Newbolt was actually knighted for his war service in the propaganda effort. His identification with both imperialism and the world war would have been enough to make him unfashionable after the war. The suspicion remains that his personal fantasies crossed over and became part of the national mythology, even if this made him superfluous; his ability to produce images for the mass media is modern, even thogh sinister.

The Georgian Books were best-sellers for their time. (poss don't qualify) book 1 sold 15,000 copies? check in Ross
1912-21?
Munro's stress on reading aloud (he seems to have invented the poetry reading, in its modern sense), and (unrealised) wish to make a living by going round villages reciting poetry to the villagers, defined a notion of authenticity revived in the 1960s-as the sixties recycled everything.

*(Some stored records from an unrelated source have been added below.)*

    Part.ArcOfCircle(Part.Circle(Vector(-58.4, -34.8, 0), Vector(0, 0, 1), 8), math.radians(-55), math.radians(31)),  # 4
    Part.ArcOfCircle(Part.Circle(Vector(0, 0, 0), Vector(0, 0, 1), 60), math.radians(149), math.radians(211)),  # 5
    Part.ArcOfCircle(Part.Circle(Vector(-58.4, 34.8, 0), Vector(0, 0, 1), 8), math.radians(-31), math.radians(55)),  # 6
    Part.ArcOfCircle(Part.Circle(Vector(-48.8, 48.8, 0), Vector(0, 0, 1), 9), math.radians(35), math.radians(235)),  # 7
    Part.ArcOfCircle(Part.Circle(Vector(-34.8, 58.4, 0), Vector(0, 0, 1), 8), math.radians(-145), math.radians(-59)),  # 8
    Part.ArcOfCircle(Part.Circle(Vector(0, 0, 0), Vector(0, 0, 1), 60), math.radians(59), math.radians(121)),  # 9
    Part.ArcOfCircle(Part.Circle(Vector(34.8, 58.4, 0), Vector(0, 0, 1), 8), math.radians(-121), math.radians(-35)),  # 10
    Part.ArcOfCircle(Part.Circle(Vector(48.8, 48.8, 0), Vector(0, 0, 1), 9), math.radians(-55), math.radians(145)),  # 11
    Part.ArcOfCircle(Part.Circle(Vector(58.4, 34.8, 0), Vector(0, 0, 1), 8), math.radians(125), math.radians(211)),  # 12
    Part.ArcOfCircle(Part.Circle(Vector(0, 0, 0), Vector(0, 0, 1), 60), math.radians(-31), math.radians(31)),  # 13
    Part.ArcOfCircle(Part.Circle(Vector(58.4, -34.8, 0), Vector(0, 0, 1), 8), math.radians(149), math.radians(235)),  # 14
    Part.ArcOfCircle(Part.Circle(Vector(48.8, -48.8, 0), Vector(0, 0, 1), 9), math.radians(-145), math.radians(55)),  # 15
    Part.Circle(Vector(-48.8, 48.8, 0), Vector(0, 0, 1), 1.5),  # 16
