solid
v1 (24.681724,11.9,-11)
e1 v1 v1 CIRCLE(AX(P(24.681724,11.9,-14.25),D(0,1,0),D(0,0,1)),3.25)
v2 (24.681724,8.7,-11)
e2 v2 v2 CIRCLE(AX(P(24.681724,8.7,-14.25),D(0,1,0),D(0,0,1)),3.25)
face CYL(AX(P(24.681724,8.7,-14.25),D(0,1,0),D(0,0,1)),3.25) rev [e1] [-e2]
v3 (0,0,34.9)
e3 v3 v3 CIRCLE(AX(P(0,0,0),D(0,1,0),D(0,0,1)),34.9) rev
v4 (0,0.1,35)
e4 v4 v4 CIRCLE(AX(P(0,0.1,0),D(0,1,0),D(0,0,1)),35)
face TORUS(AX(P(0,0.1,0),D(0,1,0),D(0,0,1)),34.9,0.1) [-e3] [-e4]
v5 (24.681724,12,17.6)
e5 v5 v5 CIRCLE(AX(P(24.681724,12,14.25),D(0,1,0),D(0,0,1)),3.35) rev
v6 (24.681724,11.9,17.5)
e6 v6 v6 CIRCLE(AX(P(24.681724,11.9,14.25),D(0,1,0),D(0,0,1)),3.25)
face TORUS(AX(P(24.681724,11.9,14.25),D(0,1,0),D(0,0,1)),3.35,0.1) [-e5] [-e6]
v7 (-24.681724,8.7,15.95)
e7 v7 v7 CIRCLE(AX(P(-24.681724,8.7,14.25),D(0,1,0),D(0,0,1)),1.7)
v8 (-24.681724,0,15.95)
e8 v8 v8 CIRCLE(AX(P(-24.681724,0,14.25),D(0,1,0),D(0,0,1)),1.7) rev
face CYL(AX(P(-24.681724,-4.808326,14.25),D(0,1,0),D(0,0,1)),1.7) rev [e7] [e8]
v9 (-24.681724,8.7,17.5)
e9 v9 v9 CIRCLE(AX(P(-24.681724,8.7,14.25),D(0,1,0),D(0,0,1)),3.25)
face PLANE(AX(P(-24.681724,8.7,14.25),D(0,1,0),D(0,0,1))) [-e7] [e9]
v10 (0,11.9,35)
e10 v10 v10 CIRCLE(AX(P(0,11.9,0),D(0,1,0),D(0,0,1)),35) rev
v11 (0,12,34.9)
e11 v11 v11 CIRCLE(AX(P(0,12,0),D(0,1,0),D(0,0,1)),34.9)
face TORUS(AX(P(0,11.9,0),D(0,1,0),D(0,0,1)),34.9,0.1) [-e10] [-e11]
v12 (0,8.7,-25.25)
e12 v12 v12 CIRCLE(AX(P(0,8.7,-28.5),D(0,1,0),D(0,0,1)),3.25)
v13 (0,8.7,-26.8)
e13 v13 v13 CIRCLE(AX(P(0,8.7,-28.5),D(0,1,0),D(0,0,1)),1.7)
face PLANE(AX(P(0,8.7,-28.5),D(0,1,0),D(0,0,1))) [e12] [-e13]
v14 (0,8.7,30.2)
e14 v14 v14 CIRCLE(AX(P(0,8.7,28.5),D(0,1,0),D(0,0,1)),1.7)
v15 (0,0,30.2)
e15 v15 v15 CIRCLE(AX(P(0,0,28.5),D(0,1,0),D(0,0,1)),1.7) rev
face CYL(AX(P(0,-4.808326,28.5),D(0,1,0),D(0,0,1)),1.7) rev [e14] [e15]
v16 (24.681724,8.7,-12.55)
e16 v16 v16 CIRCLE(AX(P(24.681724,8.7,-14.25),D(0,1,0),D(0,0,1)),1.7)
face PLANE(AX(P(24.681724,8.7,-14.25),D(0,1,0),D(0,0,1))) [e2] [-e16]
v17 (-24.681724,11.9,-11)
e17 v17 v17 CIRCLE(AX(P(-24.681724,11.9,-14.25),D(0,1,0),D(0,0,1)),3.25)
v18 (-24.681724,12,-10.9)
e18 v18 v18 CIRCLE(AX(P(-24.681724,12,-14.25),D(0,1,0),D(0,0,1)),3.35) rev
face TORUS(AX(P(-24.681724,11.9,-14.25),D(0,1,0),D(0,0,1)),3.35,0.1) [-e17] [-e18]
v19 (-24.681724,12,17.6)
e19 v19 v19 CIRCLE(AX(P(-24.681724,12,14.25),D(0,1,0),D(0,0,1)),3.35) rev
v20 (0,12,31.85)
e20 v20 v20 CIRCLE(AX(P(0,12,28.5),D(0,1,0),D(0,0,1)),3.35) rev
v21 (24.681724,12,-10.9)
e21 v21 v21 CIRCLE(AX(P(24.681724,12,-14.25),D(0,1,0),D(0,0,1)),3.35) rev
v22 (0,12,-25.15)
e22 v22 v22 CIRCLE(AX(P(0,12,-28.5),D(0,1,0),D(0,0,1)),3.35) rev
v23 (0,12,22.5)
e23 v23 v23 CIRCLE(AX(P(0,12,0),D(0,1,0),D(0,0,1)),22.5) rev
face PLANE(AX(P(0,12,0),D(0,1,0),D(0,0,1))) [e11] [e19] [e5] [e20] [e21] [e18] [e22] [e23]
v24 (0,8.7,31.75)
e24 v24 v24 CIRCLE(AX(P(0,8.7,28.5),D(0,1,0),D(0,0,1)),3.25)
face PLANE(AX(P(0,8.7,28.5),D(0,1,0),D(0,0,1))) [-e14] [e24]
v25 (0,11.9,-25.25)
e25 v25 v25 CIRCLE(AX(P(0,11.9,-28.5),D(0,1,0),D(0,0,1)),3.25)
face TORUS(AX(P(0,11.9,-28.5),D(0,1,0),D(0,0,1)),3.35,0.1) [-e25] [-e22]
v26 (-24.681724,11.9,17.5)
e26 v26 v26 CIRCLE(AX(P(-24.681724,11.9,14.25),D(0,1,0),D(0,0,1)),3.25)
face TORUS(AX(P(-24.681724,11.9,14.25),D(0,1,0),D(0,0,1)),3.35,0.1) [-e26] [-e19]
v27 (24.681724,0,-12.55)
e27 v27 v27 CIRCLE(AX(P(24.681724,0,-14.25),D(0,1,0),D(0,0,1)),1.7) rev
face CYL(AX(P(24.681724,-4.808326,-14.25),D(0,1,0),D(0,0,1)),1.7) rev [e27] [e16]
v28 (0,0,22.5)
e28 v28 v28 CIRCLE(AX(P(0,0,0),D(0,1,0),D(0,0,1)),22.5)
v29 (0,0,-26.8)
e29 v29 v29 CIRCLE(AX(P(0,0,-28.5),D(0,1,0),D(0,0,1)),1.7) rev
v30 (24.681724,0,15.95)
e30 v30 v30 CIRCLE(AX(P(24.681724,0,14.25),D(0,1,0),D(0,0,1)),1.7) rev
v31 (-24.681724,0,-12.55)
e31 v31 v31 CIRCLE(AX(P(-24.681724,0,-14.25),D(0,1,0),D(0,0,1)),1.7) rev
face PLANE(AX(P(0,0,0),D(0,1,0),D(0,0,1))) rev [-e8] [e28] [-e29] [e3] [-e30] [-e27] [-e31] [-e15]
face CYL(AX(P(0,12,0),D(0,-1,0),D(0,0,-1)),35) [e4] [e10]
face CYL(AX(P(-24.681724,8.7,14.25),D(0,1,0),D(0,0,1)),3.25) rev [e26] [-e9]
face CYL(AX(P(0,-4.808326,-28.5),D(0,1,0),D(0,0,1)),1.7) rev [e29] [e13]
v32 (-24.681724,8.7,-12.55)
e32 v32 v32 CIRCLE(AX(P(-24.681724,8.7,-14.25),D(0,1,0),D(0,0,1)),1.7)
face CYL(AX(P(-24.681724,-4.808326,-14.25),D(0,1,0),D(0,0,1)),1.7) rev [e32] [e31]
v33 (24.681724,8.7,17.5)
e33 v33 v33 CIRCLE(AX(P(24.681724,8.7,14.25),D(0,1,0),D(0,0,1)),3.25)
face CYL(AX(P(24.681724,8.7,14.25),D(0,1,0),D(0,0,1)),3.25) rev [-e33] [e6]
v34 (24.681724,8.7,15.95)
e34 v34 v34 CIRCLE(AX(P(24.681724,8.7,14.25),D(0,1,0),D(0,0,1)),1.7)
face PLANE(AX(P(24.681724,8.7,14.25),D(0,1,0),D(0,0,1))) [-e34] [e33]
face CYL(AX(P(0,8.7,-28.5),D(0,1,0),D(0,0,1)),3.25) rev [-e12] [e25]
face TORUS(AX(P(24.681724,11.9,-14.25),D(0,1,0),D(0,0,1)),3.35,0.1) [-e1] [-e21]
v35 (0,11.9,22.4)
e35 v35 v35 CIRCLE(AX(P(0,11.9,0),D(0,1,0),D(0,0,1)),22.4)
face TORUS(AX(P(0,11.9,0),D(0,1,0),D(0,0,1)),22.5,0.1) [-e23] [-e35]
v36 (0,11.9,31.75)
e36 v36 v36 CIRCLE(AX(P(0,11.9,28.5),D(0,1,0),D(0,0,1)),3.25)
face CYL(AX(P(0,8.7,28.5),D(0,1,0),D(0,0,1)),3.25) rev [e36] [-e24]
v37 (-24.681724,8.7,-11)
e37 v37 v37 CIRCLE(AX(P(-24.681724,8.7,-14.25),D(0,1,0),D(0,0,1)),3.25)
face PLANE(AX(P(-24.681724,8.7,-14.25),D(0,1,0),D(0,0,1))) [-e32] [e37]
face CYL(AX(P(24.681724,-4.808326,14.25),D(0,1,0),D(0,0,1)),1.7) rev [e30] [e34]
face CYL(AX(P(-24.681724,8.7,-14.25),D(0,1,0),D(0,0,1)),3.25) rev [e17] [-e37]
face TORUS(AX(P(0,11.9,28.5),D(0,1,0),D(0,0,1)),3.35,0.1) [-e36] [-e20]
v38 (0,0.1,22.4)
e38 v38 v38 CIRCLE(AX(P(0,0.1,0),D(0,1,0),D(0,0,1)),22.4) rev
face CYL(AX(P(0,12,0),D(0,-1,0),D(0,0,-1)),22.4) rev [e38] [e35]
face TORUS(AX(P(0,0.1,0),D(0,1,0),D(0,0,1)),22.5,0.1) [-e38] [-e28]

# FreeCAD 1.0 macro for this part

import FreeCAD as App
import Part
import Sketcher

V = App.Vector
Q = App.Units.Quantity


def edges_at(feature, points):
    """Names of the edges that pass closest to the given points."""
    edges = feature.Shape.Edges
    near = lambda p: min(range(len(edges)), key=lambda i: edges[i].distToShape(Part.Vertex(*p))[0])
    return sorted({f"Edge{near(p) + 1}" for p in points})

doc = App.newDocument("Part")
body = doc.addObject("PartDesign::Body", "Body")

# Sketch on XZ plane
sketch1 = doc.addObject("Sketcher::SketchObject", "Sketch")
body.addObject(sketch1)
sketch1.AttachmentSupport = (doc.XZ_Plane, [""])
sketch1.MapMode = "FlatFace"
sketch1.addGeometry([
    Part.Circle(V(0, 0, 0), V(0, 0, 1), 35),
    Part.Circle(V(0, 0, 0), V(0, 0, 1), 22.4),
], False)
sketch1.addConstraint([
    Sketcher.Constraint("Coincident", 0, 3, -1, 1),
    Sketcher.Constraint("Coincident", 1, 3, -1, 1),
    Sketcher.Constraint("Diameter", 0, Q("70 mm")),
    Sketcher.Constraint("Diameter", 1, Q("44.8 mm")),
])
pad1 = doc.addObject("PartDesign::Pad", "Pad")
body.addObject(pad1)
pad1.Profile = sketch1
pad1.Length = 12
pad1.Reversed = True

# Sketch on XZ plane
sketch2 = doc.addObject("Sketcher::SketchObject", "Sketch001")
body.addObject(sketch2)
sketch2.AttachmentSupport = (doc.XZ_Plane, [""])
sketch2.MapMode = "FlatFace"
sketch2.AttachmentOffset = App.Placement(V(0, 0, -12), App.Rotation())
sketch2.addGeometry([
    Part.Circle(V(0, -28.5, 0), V(0, 0, 1), 3.25),  # 0
    Part.Circle(V(24.681724, -14.25, 0), V(0, 0, 1), 3.25),  # 1
    Part.Circle(V(24.681724, 14.25, 0), V(0, 0, 1), 3.25),  # 2
    Part.Circle(V(0, 28.5, 0), V(0, 0, 1), 3.25),  # 3
    Part.Circle(V(-24.681724, 14.25, 0), V(0, 0, 1), 3.25),  # 4
    Part.Circle(V(-24.681724, -14.25, 0), V(0, 0, 1), 3.25),  # 5
], False)
sketch2.addConstraint([
    Sketcher.Constraint("Equal", 0, 1),
    Sketcher.Constraint("Equal", 1, 2),
    Sketcher.Constraint("Equal", 2, 3),
    Sketcher.Constraint("Equal", 3, 4),
    Sketcher.Constraint("Equal", 4, 5),
    Sketcher.Constraint("Symmetric", 0, 3, 3, 3, -1, 1),
    Sketcher.Constraint("Symmetric", 1, 3, 4, 3, -1, 1),
    Sketcher.Constraint("Symmetric", 2, 3, 5, 3, -1, 1),
    Sketcher.Constraint("Symmetric", 2, 3, 4, 3, -2),
    Sketcher.Constraint("PointOnObject", 0, 3, -2),
    Sketcher.Constraint("Diameter", 0, Q("6.5 mm")),
    Sketcher.Constraint("DistanceY", 0, 3, 3, 3, Q("57 mm")),
    Sketcher.Constraint("DistanceY", 1, 3, 2, 3, Q("28.5 mm")),
    Sketcher.Constraint("DistanceX", 4, 3, 2, 3, Q("49.363448 mm")),
])
pocket1 = doc.addObject("PartDesign::Pocket", "Pocket")
body.addObject(pocket1)
pocket1.Profile = sketch2
pocket1.Length = 3.3
pocket1.Reversed = True

# Sketch on XZ plane
sketch3 = doc.addObject("Sketcher::SketchObject", "Sketch002")
body.addObject(sketch3)
sketch3.AttachmentSupport = (doc.XZ_Plane, [""])
sketch3.MapMode = "FlatFace"
sketch3.AttachmentOffset = App.Placement(V(0, 0, -12), App.Rotation())
sketch3.addGeometry([
    Part.Circle(V(0, -28.5, 0), V(0, 0, 1), 1.7),  # 0
    Part.Circle(V(24.681724, -14.25, 0), V(0, 0, 1), 1.7),  # 1
    Part.Circle(V(24.681724, 14.25, 0), V(0, 0, 1), 1.7),  # 2
    Part.Circle(V(0, 28.5, 0), V(0, 0, 1), 1.7),  # 3
    Part.Circle(V(-24.681724, 14.25, 0), V(0, 0, 1), 1.7),  # 4
    Part.Circle(V(-24.681724, -14.25, 0), V(0, 0, 1), 1.7),  # 5
], False)
sketch3.addConstraint([
    Sketcher.Constraint("Equal", 0, 1),
    Sketcher.Constraint("Equal", 1, 2),
    Sketcher.Constraint("Equal", 2, 3),
    Sketcher.Constraint("Equal", 3, 4),
    Sketcher.Constraint("Equal", 4, 5),
    Sketcher.Constraint("Symmetric", 0, 3, 3, 3, -1, 1),
    Sketcher.Constraint("Symmetric", 1, 3, 4, 3, -1, 1),
    Sketcher.Constraint("Symmetric", 2, 3, 5, 3, -1, 1),
    Sketcher.Constraint("Symmetric", 2, 3, 4, 3, -2),
    Sketcher.Constraint("PointOnObject", 0, 3, -2),
    Sketcher.Constraint("Diameter", 0, Q("3.4 mm")),
    Sketcher.Constraint("DistanceY", 0, 3, 3, 3, Q("57 mm")),
    Sketcher.Constraint("DistanceY", 1, 3, 2, 3, Q("28.5 mm")),
    Sketcher.Constraint("DistanceX", 4, 3, 2, 3, Q("49.363448 mm")),
])
pocket2 = doc.addObject("PartDesign::Pocket", "Pocket001")
body.addObject(pocket2)
pocket2.Profile = sketch3
pocket2.Length = 12
pocket2.Reversed = True
doc.recompute()

fillet = doc.addObject("PartDesign::Fillet", "Fillet")
body.addObject(fillet)
fillet.Base = (pocket2, edges_at(pocket2, [
    (0, 0, -35),
    (0, 12, -35),
    (0, 0, -22.4),
    (0, 12, -22.4),
]))
fillet.Radius = 0.1
doc.recompute()

fillet2 = doc.addObject("PartDesign::Fillet", "Fillet001")
body.addObject(fillet2)
fillet2.Base = (fillet, edges_at(fillet, [
    (0, 12, 25.25),
    (-24.682, 12, 11),
    (-24.682, 12, -17.5),
    (0, 12, -31.75),
    (24.682, 12, -17.5),
    (24.682, 12, 11),
]))
fillet2.Radius = 0.1

doc.recompute()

A book on Alfred Housman cites 21,000 copies of Last Poems sold in the first few months after publication, and remarks that A Shropshire Lad was at that time selling over 3000 copies a year-twenty-six years after publication. Even if we screw this figure down to the 15 years of Housman's great popularity (1910-25 according to George Orwell), we end up with 45,000 copies sold; a remarkable total.
It is hard to think sociologically while reading them, because they are so absorbing and entrancing as poems. Unlike the poetry previously discussed, they survive as classics. One has to cite its perfection as poetry as the reason for its popularity.

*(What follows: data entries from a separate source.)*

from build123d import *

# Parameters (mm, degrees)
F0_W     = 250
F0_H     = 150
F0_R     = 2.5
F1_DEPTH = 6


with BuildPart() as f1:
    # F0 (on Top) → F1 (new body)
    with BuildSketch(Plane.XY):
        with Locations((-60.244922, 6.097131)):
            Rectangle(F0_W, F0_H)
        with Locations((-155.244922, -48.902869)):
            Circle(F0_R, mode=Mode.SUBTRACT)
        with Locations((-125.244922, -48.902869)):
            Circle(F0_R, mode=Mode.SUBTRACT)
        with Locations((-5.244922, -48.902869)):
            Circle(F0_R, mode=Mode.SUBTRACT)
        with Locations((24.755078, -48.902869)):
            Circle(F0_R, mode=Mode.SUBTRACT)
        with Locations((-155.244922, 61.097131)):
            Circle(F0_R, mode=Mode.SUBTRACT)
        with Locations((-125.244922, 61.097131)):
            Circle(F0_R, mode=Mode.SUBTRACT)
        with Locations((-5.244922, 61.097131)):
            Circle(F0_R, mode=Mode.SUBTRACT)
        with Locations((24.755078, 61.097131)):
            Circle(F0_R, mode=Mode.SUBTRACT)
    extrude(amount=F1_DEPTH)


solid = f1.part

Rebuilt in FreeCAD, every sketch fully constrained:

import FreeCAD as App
import Part
import Sketcher
Q = App.Units.Quantity


def add_polygon(sketch, points):
    """Adds a closed chain of lines whose ends are joined by coincident constraints."""
    first, n = sketch.GeometryCount, len(points)
    for a, b in zip(points, points[1:] + points[:1]):
        sketch.addGeometry(Part.LineSegment(App.Vector(*a, 0), App.Vector(*b, 0)), False)
    for i in range(n):
        sketch.addConstraint(Sketcher.Constraint("Coincident", first + i, 2, first + (i + 1) % n, 1))

doc = App.newDocument("Part")
body = doc.addObject("PartDesign::Body", "Body")

sketch1 = body.newObject("Sketcher::SketchObject", "Sketch")
sketch1.AttachmentSupport = (doc.getObject("XY_Plane"), [""])
sketch1.MapMode = "FlatFace"
add_polygon(sketch1, [(-185.244922, 81.097131), (-185.244922, -68.902869), (64.755078, -68.902869), (64.755078, 81.097131)])
sketch1.addGeometry(Part.Circle(App.Vector(-155.244922, -48.902869, 0), App.Vector(0, 0, 1), 2.5), False)
sketch1.addGeometry(Part.Circle(App.Vector(-125.244922, -48.902869, 0), App.Vector(0, 0, 1), 2.5), False)
sketch1.addGeometry(Part.Circle(App.Vector(-5.244922, -48.902869, 0), App.Vector(0, 0, 1), 2.5), False)
sketch1.addGeometry(Part.Circle(App.Vector(24.755078, -48.902869, 0), App.Vector(0, 0, 1), 2.5), False)
sketch1.addGeometry(Part.Circle(App.Vector(-155.244922, 61.097131, 0), App.Vector(0, 0, 1), 2.5), False)
sketch1.addGeometry(Part.Circle(App.Vector(-125.244922, 61.097131, 0), App.Vector(0, 0, 1), 2.5), False)
sketch1.addGeometry(Part.Circle(App.Vector(-5.244922, 61.097131, 0), App.Vector(0, 0, 1), 2.5), False)
sketch1.addGeometry(Part.Circle(App.Vector(24.755078, 61.097131, 0), App.Vector(0, 0, 1), 2.5), False)
sketch1.addConstraint([
    Sketcher.Constraint("Vertical", 0),
    Sketcher.Constraint("Horizontal", 1),
    Sketcher.Constraint("Vertical", 2),
    Sketcher.Constraint("Horizontal", 3),
    Sketcher.Constraint("Equal", 4, 5),
    Sketcher.Constraint("Equal", 5, 6),
    Sketcher.Constraint("Equal", 6, 7),
    Sketcher.Constraint("Equal", 7, 8),
    Sketcher.Constraint("Equal", 8, 9),
    Sketcher.Constraint("Equal", 9, 10),
    Sketcher.Constraint("Equal", 10, 11),
    Sketcher.Constraint("Horizontal", 4, 3, 5, 3),
    Sketcher.Constraint("Horizontal", 5, 3, 6, 3),
    Sketcher.Constraint("Horizontal", 6, 3, 7, 3),
    Sketcher.Constraint("Horizontal", 8, 3, 9, 3),
    Sketcher.Constraint("Horizontal", 9, 3, 10, 3),
    Sketcher.Constraint("Horizontal", 10, 3, 11, 3),
    Sketcher.Constraint("Vertical", 4, 3, 8, 3),
    Sketcher.Constraint("Vertical", 5, 3, 9, 3),
    Sketcher.Constraint("Vertical", 6, 3, 10, 3),
    Sketcher.Constraint("Vertical", 7, 3, 11, 3),
    Sketcher.Constraint("Diameter", 4, Q("5 mm")),
    Sketcher.Constraint("DistanceX", 1, 1, 1, 2, Q("250 mm")),
    Sketcher.Constraint("DistanceY", 0, 2, 0, 1, Q("150 mm")),
    Sketcher.Constraint("DistanceX", 4, 3, 5, 3, Q("30 mm")),
    Sketcher.Constraint("DistanceX", 5, 3, 6, 3, Q("120 mm")),
    Sketcher.Constraint("DistanceX", 6, 3, 7, 3, Q("30 mm")),
    Sketcher.Constraint("DistanceY", 4, 3, 8, 3, Q("110 mm")),
    Sketcher.Constraint("DistanceX", 0, 2, 4, 3, Q("30 mm")),
    Sketcher.Constraint("DistanceY", 0, 2, 4, 3, Q("20 mm")),
    Sketcher.Constraint("DistanceX", 4, 3, -1, 1, Q("155.244922 mm")),
    Sketcher.Constraint("DistanceY", 4, 3, -1, 1, Q("48.902869 mm")),
])
pad1 = body.newObject("PartDesign::Pad", "Pad")
pad1.Profile = sketch1
pad1.Length = 6

doc.recompute()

David Perkins' invaluable History of Modern Poetry cites 292,000 copies of Rupert Brooke's Poems (1913) sold by 1926. This is usually set aside as not belonging to the history of poetry, but this does not allow us to decide for ourselves what the proper bounds of the history of poetry are. An insignificant volume, its success perhaps has something to do with a unique double in achieving approval from the intellectual elite and giving the ordinary middle-class reader something they could feel passionate and safe about. Brooke's insider status in the literary world meant that a strong biographical myth could very rapidly be formed and disseminated: the reviewers had all met him, and other eminences were prepared to endorse him. Brooke was the Princess Di of his day. This "public intimacy" flashes us forward to the public intimacy which the media share with the home life of stars today, and shows also the family aspect of the English literary world, a peculiar possessive warmth which discourages any self-will in form or content. It is hard to imagine Brooke's poetry being translated; how would one explain to an audience in France, let's say, why the poetry was popular? It may well be that his poems, read with no name at the top, would seem empty, and so are dependent on the biographical myth; but that is an empty observation, since everyone who reads them does read them with the biographical myth in mind.
The peculiar sentimentality of the middle-aged about the young, if the latter are full of promise, not aggressive and cynical, and (if possible) personally attractive, influenced Brooke's career in life and accounts for his apotheosis in death. It is invoked by every young poet, who is then puzzled and indignant at the corps of editors, reviewers, etc., not being sentimental about them and not finding them attractive. These crushes are not unusual, but they are exclusive: there is only room for one favourite, and everyone else is ignored.
The gap between B's intellectual interests (he was already a fellow of a Cambridge college) and the subjects of his poetry is peculiarly wide. The one exception is the poem about life after death, which reflects his membership of the Society for Psychical Research, and ideas dear to the intelligentsia of the day.
His career was where the media and poetry interact. Academics may dislike this, but after all poetry can't become part of literary history unless someone reads it. Some of his lines are instantly memorable, and one may doubt that a poet could become a hit unless some of the lines were so memorable, and willing to become part of the word of mouth. Just as the shop starts yards down the street (where its display first hits the stroller), the sale of a book of poems starts before the buyer sees the book.
His story resembles a poem by Newbolt and Noyes: another version of proletarian hero (and even of dialect). The complex of patriotic narrative dissolves the separation between the reader and the poet, who apparently belongs to them by virtue of the shared war. Feelings about boundaries are played so that boundaries within society dissolve in a war effort, while external boundaries are suffused with rage, and intruders get chased off. A thick line of Victorian paintings chose the collective mythology and became invisible, over time, because the artist's personality had been excluded. The patriotic-military cycle allowed a kind of impersonality, dissolution of personal interests.
The stage set of a Socialist poem, with lower-class heroes, physical effort, comradeship, collective interest, etc., is present in these poems, but in the form of patriotism in uniform. Anyone reared on this kind of war story gains a tremendous sense of community and destiny. It tended to make personal poetry seem insignificant; ships, cannon, marching columns, even seas or teritories, became trophies propping up the narrative. The cycle of imperialist wars goes back at least to the 7 Years' War, but the patriotic narrative as such goes back to Henry VI at the very least, and that was drawing on ready-shaped and tilted material in the chronicles.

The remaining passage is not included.